The required result is each line of the entries below containing the string "DIRECTION".

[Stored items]

◆ ◆ ◆ ◆ ◆

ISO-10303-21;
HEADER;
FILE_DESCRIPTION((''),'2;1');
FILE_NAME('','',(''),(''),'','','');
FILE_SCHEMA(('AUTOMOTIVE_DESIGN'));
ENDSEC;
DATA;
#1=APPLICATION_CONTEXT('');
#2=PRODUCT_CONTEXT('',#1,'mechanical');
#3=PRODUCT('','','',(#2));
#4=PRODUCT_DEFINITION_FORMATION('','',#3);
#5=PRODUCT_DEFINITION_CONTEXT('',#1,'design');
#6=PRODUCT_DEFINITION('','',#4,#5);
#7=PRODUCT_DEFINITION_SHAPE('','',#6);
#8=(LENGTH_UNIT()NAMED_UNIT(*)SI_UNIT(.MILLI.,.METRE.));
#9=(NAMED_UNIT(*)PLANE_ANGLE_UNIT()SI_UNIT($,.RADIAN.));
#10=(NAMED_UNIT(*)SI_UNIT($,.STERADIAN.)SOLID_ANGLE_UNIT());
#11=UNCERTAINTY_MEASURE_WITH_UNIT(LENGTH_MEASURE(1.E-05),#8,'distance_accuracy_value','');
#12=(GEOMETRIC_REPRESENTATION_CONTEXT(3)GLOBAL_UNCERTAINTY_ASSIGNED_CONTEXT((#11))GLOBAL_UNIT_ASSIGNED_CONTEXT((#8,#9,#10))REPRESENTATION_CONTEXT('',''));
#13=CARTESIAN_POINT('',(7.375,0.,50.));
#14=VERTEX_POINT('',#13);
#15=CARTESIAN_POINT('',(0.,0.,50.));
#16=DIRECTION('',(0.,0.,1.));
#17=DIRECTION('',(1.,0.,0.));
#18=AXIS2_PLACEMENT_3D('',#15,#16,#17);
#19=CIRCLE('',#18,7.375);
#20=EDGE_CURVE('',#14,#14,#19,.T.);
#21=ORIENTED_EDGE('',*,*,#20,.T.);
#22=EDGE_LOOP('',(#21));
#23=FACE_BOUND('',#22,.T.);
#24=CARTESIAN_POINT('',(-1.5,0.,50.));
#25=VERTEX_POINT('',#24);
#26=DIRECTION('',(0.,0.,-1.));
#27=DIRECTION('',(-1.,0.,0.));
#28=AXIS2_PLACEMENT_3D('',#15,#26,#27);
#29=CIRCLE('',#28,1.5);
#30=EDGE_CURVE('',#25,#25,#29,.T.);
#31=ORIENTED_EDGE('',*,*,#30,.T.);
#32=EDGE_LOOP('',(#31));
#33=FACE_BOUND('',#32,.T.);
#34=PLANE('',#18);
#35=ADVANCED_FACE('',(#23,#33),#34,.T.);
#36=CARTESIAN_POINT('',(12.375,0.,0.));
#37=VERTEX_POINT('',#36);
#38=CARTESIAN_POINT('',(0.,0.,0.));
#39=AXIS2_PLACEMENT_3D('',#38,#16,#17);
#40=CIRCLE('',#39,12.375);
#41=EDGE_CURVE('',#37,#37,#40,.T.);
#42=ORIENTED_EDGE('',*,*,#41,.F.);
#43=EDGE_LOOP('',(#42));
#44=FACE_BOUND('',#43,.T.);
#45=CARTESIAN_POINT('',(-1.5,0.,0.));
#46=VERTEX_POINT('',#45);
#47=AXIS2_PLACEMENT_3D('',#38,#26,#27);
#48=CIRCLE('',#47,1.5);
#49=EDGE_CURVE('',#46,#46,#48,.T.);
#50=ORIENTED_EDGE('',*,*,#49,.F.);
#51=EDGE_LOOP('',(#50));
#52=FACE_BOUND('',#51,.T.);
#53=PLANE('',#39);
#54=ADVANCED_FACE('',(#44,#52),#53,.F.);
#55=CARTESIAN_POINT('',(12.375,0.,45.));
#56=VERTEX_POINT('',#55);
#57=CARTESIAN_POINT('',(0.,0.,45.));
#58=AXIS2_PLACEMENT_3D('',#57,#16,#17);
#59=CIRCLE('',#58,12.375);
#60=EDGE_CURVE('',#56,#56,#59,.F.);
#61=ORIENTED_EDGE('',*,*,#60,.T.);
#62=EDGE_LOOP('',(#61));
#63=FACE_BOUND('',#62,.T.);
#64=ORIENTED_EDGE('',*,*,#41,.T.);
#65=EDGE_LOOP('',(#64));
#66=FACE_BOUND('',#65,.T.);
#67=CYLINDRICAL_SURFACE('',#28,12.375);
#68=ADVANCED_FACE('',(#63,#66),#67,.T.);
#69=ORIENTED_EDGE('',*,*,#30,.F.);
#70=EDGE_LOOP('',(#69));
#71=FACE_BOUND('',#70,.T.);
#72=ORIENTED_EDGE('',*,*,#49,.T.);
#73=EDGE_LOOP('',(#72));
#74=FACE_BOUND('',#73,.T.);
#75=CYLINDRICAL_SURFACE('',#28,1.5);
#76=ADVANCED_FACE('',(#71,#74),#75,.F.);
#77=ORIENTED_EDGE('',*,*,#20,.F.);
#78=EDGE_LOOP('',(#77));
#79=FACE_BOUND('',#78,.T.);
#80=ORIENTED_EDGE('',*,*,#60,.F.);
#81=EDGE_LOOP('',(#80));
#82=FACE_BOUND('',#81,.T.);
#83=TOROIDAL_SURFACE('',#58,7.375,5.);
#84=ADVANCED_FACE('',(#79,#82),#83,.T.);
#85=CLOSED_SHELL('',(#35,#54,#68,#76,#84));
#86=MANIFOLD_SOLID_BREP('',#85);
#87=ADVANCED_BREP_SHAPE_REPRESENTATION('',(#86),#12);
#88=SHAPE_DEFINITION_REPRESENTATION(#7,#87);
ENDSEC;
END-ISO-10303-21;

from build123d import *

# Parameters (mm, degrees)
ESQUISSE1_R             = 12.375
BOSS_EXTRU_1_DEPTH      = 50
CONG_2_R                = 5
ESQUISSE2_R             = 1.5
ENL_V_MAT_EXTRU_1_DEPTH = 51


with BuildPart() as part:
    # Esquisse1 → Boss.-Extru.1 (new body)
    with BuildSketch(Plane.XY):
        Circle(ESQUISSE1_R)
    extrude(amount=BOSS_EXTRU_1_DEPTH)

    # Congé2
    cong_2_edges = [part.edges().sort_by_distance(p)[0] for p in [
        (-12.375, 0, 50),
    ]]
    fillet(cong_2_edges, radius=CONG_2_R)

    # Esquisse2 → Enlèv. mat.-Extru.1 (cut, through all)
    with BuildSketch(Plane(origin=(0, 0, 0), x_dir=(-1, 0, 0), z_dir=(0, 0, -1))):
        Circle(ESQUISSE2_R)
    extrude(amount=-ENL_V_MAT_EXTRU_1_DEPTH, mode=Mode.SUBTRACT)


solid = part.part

◆ ◆ ◆ ◆ ◆

Expected answer:
#16=DIRECTION('',(0.,0.,1.));
#17=DIRECTION('',(1.,0.,0.));
#26=DIRECTION('',(0.,0.,-1.));
#27=DIRECTION('',(-1.,0.,0.));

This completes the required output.